Supply house is now stocking these things. No sand/pea stone needed, far more efficient apparently?


----------



## Logtec (Jun 3, 2018)

Interesting..
I don’t and haven’t done a lot of septics either, but it’s nice to see different concepts onto the market.


----------



## OpenSights (Mar 23, 2015)

Basically corrugated with styrofoam packing nuts encased in a black plastic netting.

I didn’t think to ask at the time if they can be used for both traditional and/or engineered septics.


----------



## ShtRnsdownhill (Jan 13, 2016)

its to hold the bio mass that breaks down the sewage, it needs a place to live and that stuff is light and portable..but with anything new it may work in a lab but not real life...


----------



## skoronesa (Oct 27, 2015)

OpenSights said:


> Basically corrugated with styrofoam packing nuts encased in a black plastic netting.
> 
> I didn’t think to ask at the time if they can be used for both traditional and/or engineered septics.





Seems like it would work and be cheaper/easier than gravel. But I would think if the ground got real soupy those would float up!!! lolz That would be a major failure. I could see those rising to the surface over 20 years in an always wet yard.




What do you think the difference between an engineered and traditional septic system is?


To me engineered just means they hired an engineer. Traditional is when the septic installer guesstimates or maybe does some perc test and math to figure out how much leach field to install. Maybe by engineered you mean fancy dosing systems?








.


----------



## ShtRnsdownhill (Jan 13, 2016)

skoronesa said:


> Seems like it would work and be cheaper/easier than gravel. But I would think if the ground got real soupy those would float up!!! lolz That would be a major failure. I could see those rising to the surface over 20 years in an always wet yard.
> 
> 
> 
> ...



you are getting confused....an engineered septic system is one drawn up by a engineer....period..it can be anything from a conventional system to a turkey mound or any other combination of newer technologies depending on the situation...
if someone installs a system thats not engineered..then it is just that....it can work just fine, but more and more banks and municipalities want engineered systems so they know they will work correctly...


----------



## OpenSights (Mar 23, 2015)

skoronesa said:


> Seems like it would work and be cheaper/easier than gravel.
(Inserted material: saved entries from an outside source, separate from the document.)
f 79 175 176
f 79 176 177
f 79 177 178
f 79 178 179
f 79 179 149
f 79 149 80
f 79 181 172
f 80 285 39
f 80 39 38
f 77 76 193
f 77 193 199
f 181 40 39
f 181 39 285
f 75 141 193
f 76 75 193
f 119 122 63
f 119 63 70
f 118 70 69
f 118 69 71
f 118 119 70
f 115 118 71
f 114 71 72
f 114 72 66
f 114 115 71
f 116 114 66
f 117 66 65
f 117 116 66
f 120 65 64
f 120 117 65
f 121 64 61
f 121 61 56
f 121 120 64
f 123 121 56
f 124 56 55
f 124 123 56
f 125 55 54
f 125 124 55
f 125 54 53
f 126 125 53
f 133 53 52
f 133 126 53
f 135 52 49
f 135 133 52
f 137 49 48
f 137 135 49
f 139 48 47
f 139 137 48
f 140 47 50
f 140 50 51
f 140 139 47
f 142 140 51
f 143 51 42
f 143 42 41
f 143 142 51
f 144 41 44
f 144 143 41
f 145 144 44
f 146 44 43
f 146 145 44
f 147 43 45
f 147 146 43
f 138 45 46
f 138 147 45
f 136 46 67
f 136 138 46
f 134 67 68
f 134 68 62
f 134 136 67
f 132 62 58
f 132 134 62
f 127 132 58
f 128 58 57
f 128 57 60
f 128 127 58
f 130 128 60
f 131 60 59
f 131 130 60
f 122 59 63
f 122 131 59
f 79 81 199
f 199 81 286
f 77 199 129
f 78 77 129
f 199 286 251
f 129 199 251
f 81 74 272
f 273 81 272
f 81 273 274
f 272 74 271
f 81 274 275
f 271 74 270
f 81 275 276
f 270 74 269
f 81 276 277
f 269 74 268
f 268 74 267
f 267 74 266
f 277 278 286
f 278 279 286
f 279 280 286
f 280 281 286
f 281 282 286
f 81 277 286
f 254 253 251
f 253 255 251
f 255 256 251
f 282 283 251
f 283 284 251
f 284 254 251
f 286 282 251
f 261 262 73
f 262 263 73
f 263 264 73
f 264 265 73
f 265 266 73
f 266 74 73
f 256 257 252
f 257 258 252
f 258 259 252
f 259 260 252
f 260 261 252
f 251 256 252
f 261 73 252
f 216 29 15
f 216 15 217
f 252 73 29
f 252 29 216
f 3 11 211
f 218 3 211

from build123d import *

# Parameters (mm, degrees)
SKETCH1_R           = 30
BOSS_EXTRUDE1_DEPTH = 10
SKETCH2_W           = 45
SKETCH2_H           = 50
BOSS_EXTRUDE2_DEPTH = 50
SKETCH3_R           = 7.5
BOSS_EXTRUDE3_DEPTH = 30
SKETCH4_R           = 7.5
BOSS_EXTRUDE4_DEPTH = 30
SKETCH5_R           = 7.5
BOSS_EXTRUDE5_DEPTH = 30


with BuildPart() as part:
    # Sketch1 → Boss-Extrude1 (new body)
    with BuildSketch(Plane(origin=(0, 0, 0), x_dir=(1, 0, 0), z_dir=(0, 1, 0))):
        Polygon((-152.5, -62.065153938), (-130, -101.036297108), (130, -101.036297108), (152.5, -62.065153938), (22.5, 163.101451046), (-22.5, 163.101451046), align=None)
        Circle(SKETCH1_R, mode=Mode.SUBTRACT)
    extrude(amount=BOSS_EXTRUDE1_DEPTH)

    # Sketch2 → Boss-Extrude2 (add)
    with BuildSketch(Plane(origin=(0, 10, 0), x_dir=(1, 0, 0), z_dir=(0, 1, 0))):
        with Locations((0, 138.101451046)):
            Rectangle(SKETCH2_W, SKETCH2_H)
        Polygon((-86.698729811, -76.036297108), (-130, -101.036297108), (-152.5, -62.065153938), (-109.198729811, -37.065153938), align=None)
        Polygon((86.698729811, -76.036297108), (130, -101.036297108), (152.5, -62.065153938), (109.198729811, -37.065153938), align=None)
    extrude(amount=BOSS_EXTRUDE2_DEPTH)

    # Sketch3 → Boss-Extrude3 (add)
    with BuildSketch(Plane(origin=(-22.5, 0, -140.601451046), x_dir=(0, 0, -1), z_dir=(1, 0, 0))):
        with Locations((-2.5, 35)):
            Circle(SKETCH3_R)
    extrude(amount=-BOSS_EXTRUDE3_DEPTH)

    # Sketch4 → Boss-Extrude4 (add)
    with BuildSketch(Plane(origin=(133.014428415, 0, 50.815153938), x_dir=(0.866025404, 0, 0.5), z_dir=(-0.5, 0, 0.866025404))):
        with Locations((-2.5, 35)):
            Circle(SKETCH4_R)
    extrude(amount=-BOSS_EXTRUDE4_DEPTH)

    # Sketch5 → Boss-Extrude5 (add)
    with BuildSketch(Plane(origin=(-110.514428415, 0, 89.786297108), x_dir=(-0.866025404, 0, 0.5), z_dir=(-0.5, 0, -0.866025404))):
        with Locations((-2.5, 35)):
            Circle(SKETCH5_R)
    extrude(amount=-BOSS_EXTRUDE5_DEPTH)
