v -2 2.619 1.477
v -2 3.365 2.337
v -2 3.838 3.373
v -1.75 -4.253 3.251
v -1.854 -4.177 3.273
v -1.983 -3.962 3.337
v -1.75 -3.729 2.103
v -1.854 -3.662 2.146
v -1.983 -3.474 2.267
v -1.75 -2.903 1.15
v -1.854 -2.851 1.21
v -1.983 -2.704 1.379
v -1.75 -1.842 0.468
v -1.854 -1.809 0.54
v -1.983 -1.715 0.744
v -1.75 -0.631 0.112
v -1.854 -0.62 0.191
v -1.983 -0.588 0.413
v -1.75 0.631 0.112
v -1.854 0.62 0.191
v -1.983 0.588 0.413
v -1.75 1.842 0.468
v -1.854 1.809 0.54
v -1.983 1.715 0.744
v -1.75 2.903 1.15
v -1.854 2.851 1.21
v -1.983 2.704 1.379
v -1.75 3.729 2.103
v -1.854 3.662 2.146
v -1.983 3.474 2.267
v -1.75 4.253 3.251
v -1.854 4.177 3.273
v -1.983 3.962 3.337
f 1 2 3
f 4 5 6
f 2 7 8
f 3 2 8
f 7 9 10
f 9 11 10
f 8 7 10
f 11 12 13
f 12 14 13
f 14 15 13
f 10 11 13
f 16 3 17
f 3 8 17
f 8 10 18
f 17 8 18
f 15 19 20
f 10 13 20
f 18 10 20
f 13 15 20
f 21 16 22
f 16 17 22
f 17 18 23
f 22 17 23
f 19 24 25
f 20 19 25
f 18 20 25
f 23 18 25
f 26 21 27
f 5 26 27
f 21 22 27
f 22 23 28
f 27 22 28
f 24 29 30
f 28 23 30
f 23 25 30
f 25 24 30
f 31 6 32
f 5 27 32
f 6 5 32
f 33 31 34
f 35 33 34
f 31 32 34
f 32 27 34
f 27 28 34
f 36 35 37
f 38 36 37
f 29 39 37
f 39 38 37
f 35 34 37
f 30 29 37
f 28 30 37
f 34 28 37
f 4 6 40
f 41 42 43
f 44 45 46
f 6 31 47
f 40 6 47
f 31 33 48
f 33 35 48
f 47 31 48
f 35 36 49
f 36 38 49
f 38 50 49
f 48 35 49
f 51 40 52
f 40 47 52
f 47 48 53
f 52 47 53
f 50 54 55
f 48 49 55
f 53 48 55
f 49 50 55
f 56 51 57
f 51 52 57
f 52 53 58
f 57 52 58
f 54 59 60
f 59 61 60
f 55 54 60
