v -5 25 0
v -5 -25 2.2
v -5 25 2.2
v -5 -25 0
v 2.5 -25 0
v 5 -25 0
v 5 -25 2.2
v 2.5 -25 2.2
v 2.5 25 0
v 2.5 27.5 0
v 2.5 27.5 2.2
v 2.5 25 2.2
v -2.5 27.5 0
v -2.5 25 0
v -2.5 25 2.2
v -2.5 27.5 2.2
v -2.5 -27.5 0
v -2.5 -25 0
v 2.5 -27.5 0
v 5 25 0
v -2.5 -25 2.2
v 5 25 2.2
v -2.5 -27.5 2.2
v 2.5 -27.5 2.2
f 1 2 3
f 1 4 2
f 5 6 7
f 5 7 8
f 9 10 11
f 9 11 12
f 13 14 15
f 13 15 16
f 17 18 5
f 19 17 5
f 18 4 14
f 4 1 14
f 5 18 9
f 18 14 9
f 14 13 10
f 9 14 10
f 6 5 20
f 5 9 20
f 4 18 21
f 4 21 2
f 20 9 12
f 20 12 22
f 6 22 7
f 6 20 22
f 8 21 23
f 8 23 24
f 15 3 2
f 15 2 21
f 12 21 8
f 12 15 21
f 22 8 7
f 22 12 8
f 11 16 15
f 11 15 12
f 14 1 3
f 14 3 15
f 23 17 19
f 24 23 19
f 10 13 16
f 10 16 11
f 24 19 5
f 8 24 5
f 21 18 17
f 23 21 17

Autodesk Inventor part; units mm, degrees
ref_plane "YZ Plane" through (0, 0, 0) normal (1, 0, 0) x (0, 1, 0)
ref_plane "XZ Plane" through (0, 0, 0) normal (0, 1, 0) x (-1, 0, 0)
ref_plane "XY Plane" through (0, 0, 0) normal (0, 0, 1) x (1, 0, 0)
sketch "Sketch1" plane through (0, 0, 0) normal (0, 0, 1) x (1, 0, 0)
  line L0 (-7, 0) -> (7, 0) projected
  line L1 (0, -38.5) -> (0, 38.5) projected
  line L2 (5, 25) -> (5, -25)
  line L3 (-5, -25) -> (-5, 25)
  line L4 (-2.5, -25) -> (-2.5, -27.5)
  line L5 (-2.5, -27.5) -> (2.5, -27.5)
  line L6 (2.5, -27.5) -> (2.5, -25)
  line L7 (5, -25) -> (2.5, -25)
  line L8 (-2.5, -25) -> (-5, -25)
  line L9 (-2.5, 25) -> (-2.5, 27.5)
  line L10 (-2.5, 27.5) -> (2.5, 27.5)
  line L11 (2.5, 27.5) -> (2.5, 25)
  line L12 (-5, 25) -> (-2.5, 25)
  line L13 (2.5, 25) -> (5, 25)
  point P0 (0, 0)
  dimension "d0" = 10
  dimension "d1" = 50
  dimension "d3" = 5
  dimension "d7" = 2.5
  dimension "d8" = 2.5
  dimension "d10" = 2.5
  dimension "d11" = 2.5
  dimension "d12" = 2.5
extrude "Extrusion1" add sketch "Sketch1" along normal blind 2.2
equation "\"d3\" = 0.5 * d0"
equation "\"d2\" = 0.5 * d1"
properties part number "Acrylic_2.2_Lower"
But I would think if the ground got real soupy those would float up!!! lolz That would be a major failure. I could see those rising to the surface over 20 years in an always wet yard.
> 
> 
> 
> ...


We have a high water table in most areas around here so much of the time the country requires an engineered septic, also called a mound system because the leech field is above the ground in an eyesore mound in your front or back yard. A typical engineered septic runs about $30k. Plus upkeep of the pumps between the two tanks.


----------



## skoronesa (Oct 27, 2015)

skoronesa said:


> .......
> To me engineered just means they hired an engineer. ..........
> .







ShtRnsdownhill said:


> you are getting confused....an engineered septic system is one drawn up by a engineer....period..it can be anything from a conventional system to a turkey mound or any other combination of newer technologies depending on the situation...
> if someone installs a system thats not engineered..then it is just that....it can work just fine, but more and more banks and municipalities want engineered systems so they know they will work correctly...
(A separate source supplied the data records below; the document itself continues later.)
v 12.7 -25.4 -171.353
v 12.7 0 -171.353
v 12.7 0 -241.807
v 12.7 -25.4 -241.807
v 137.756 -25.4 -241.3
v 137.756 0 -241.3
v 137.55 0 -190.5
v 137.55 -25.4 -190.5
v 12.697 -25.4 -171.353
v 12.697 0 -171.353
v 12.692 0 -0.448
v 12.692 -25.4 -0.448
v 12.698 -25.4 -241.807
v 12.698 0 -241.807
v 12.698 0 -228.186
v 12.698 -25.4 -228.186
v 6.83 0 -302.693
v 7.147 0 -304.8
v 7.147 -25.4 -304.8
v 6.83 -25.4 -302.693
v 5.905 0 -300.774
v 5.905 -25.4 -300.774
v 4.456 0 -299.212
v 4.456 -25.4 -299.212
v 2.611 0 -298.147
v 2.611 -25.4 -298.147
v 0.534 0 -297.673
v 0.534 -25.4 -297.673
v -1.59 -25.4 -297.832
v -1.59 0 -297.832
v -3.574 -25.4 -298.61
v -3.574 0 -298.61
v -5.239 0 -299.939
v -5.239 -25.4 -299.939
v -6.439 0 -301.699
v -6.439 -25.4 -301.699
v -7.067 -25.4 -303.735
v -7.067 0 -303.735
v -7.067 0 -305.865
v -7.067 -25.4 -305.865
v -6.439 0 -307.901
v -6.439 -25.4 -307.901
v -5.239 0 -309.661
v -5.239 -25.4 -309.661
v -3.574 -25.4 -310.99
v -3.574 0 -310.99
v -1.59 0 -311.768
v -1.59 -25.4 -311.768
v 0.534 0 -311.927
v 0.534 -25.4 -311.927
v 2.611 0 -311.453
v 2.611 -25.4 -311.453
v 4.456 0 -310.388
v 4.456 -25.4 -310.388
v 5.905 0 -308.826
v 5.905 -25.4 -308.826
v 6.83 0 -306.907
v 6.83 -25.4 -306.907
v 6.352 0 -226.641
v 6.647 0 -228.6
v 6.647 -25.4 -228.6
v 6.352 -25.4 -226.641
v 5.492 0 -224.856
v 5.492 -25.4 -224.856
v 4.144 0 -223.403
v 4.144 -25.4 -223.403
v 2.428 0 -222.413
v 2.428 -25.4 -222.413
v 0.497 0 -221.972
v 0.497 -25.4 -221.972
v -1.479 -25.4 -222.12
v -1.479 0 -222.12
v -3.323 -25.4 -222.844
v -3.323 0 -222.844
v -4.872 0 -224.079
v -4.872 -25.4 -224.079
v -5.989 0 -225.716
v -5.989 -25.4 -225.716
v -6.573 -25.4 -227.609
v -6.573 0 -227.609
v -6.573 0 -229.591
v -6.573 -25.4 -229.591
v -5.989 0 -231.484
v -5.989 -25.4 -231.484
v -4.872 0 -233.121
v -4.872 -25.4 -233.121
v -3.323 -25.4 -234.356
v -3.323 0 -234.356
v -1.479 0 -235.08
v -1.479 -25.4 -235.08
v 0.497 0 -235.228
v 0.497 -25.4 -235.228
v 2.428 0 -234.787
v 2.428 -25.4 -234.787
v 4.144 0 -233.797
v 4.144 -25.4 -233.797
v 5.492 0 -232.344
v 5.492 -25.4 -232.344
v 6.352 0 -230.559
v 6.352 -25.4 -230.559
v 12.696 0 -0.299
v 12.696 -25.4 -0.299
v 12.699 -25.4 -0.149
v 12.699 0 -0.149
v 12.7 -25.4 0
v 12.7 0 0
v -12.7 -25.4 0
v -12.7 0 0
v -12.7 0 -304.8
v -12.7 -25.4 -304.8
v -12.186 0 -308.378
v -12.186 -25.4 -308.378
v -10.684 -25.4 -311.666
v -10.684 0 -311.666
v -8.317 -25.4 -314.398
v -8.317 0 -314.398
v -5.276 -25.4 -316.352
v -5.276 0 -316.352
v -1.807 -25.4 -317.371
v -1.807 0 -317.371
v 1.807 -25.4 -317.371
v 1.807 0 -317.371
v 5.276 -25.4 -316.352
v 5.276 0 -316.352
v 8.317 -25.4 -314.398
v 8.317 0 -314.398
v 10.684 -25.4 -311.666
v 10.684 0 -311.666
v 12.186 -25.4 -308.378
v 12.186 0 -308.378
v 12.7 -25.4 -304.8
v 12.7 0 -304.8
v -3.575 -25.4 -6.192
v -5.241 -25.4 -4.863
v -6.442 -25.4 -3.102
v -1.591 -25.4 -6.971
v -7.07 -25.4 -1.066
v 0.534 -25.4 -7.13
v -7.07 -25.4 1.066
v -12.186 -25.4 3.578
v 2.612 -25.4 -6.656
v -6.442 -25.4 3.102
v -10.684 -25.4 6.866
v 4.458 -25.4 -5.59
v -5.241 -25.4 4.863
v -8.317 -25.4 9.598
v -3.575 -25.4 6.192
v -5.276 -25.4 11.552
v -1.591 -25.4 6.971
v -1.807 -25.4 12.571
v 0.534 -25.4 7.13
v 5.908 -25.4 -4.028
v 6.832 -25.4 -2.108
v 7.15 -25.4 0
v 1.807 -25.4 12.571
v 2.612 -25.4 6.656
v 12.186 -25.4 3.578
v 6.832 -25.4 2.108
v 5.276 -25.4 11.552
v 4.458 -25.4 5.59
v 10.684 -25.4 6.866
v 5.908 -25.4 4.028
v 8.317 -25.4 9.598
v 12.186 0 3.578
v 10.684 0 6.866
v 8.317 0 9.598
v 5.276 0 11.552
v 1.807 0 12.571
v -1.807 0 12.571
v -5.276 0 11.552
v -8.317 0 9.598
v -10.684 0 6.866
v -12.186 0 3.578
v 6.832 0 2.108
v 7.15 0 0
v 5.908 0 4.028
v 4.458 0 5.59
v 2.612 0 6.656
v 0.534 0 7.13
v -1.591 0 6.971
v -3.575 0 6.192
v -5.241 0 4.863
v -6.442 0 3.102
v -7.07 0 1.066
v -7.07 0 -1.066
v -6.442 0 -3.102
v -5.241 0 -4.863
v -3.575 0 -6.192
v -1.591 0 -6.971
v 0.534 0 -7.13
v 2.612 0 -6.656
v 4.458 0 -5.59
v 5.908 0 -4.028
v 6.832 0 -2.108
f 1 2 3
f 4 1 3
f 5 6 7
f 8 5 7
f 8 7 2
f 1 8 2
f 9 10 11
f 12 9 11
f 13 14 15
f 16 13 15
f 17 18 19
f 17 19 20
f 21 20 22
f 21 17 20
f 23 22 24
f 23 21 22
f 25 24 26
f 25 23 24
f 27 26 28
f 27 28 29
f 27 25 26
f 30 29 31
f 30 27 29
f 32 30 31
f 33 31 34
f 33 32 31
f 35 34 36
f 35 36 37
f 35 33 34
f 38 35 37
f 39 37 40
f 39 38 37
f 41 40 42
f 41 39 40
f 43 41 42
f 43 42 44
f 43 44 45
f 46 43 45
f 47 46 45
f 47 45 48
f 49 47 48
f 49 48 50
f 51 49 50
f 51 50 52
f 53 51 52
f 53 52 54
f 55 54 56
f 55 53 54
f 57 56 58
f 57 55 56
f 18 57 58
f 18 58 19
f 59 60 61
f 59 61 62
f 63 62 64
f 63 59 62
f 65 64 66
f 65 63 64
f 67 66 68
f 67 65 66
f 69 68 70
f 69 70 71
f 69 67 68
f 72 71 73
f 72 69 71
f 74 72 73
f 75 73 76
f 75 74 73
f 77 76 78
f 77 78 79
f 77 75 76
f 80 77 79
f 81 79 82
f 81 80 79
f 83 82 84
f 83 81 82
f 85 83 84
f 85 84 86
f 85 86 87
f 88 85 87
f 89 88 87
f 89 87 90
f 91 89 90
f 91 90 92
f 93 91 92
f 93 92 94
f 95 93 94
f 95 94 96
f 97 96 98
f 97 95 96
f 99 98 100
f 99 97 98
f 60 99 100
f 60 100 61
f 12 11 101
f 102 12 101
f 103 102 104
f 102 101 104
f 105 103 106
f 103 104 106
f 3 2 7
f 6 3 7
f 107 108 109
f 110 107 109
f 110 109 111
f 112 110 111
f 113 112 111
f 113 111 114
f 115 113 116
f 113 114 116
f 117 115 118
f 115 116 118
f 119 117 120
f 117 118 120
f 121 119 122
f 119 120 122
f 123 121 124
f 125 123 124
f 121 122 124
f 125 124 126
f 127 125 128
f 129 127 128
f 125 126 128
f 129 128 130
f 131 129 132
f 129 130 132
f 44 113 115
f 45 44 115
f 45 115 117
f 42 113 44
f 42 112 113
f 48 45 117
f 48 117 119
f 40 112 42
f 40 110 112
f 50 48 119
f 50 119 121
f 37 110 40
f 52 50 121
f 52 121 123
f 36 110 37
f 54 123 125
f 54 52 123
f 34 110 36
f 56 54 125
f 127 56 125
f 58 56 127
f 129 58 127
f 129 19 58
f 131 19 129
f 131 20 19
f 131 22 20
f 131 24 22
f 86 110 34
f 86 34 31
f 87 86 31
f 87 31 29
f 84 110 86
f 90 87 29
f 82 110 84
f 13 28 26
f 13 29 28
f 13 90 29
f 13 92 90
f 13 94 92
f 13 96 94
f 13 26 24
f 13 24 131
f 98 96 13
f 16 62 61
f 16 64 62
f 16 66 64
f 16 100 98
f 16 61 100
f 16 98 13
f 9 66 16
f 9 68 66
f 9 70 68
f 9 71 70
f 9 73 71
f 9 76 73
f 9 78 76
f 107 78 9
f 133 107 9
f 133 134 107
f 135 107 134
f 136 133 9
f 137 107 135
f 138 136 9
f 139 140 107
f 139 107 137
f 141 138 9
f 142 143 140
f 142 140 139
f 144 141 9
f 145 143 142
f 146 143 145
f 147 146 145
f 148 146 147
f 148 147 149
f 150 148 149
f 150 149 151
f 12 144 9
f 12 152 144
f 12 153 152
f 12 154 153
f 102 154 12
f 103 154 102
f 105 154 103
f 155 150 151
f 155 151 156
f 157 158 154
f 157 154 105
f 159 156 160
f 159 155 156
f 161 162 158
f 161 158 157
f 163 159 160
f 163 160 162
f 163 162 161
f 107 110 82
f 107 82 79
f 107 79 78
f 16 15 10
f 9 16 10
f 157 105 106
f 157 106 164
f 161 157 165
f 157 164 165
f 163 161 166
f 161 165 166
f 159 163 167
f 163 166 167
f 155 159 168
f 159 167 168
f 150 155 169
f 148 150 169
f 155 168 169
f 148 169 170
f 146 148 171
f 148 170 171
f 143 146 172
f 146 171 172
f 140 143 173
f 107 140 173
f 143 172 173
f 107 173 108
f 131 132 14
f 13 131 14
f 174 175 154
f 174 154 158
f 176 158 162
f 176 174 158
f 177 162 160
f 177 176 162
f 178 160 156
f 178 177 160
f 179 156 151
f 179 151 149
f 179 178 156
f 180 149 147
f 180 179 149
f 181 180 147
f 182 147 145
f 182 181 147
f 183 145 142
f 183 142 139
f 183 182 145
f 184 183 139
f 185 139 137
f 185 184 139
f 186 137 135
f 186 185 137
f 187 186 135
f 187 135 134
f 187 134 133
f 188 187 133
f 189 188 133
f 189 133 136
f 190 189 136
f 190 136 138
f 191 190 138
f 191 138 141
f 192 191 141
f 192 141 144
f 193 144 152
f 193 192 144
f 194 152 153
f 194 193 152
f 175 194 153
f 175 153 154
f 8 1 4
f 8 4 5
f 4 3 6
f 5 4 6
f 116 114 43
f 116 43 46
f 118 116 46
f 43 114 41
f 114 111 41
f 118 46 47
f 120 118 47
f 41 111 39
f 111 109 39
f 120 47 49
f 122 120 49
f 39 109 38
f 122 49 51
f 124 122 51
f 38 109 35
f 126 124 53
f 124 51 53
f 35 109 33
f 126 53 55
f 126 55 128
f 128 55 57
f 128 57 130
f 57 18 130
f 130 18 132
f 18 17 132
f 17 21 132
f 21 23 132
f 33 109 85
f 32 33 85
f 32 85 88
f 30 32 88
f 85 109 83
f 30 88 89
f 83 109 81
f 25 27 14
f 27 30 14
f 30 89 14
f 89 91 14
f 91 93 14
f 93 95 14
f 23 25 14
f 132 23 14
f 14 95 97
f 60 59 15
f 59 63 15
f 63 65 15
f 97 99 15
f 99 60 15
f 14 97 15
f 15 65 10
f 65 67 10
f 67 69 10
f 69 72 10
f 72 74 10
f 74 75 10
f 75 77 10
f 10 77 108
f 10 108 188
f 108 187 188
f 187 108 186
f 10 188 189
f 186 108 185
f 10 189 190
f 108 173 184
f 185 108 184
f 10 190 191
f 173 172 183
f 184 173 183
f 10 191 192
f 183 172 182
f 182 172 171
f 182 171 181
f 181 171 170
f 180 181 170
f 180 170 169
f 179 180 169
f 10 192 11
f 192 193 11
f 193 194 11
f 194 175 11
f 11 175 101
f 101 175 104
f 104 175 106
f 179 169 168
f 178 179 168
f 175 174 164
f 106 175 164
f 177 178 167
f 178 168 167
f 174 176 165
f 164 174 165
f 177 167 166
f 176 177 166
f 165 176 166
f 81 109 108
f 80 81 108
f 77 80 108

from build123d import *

# Parameters (mm, degrees)
F0_R     = 7.1501
F0_R_2   = 6.646798642
F0_R_3   = 7.1470953858
F1_DEPTH = 25.4


# Not quite as in the source:
# - a feature names something its author has since deleted; it is built from what else it names


with BuildPart() as f1:
    # F0 (on Front) → F1 (new body)
    with BuildSketch(Plane.XZ):
        with BuildLine():
            ThreePointArc((12.692106418, -0.4476993117), (12.6980264512, -0.223884447), (12.7, 0))
            ThreePointArc((12.7, 0), (0, 12.7), (-12.7, 0))
            ThreePointArc((-12.7, 0), (-0.223884447, -12.6980264512), (12.692106418, -0.4476993117))
        make_face()
        Circle(F0_R, mode=Mode.SUBTRACT)
        with BuildLine():
            ThreePointArc((12.692106418, -0.4476993117), (-0.223884447, -12.6980264512), (-12.7, 0))
            Line((-12.7, 0), (-12.7, -304.8))
            ThreePointArc((-12.7, -304.8), (-0.0001646916, -292.1000000011), (12.6999999957, -304.7996706168))
            Line((12.6999999957, -304.7996706168), (12.6983662356, -241.8069263698))
            Line((12.6983662356, -241.8069263698), (12.6980129786, -241.8069278017))
            Line((12.6980129786, -241.8069278017), (12.6980129786, -228.1864268658))
            Line((12.6980129786, -228.1864268658), (12.6965389522, -171.3525252163))
            Line((12.6965389522, -171.3525252163), (12.692106418, -0.4476993117))
        make_face()
        with Locations((0, -228.6)):
            Circle(F0_R_2, mode=Mode.SUBTRACT)
        with BuildLine():
            ThreePointArc((12.6999999957, -304.7996706168), (-0.0001646916, -292.1000000011), (-12.7, -304.8))
            ThreePointArc((-12.7, -304.8), (0, -317.5), (12.7, -304.8))
            ThreePointArc((12.7, -304.8), (12.6999999989, -304.7998353084), (12.6999999957, -304.7996706168))
        make_face()
        with Locations((0, -304.8)):
            Circle(F0_R_3, mode=Mode.SUBTRACT)
    extrude(amount=F1_DEPTH)


with BuildPart() as f1b:
    # F0 (on Front) → F1, piece 2 (new body)
    with BuildSketch(Plane.XZ):
        Polygon((137.5501584362, -190.5), (12.7, -171.3530560005), (12.7, -241.8069197473), (137.7560782405, -241.3), align=None)
    extrude(amount=F1_DEPTH)


solid = Compound([f1.part, f1b.part])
The first sentence in my explanation was that it just means they hired an engineer. Yes I included an example of how a non engineered septic might be built but I wasn't pigeonholing anything.













.


----------



## ShtRnsdownhill (Jan 13, 2016)

skoronesa said:


> The first sentence in my explanation was that it just means they hired an engineer. Yes I included an example of how a non engineered septic might be built but I wasn't pigeonholing anything.
> 
> 
> 
> ...



do you install baseboard heat?


----------



## dhal22 (Jul 30, 2010)

OpenSights said:


> Ok, I know the basics about septic systems, but that’s it. Not my niche.
> 
> Supply house is now stocking these things. No sand/pea stone needed, far more efficient apparently?


That design has been around for years. We install chamber systems, much better in my opinion.


----------



## skoronesa (Oct 27, 2015)

ShtRnsdownhill said:


> do you install baseboard heat?



I don't install baseboard heat regularly but I have installed it with some of our heating guys before. If it's a reno my boss will do some math to figure out about how much we need. If it's too hot we may throttle it down or even rip off some aluminum fins(unusual).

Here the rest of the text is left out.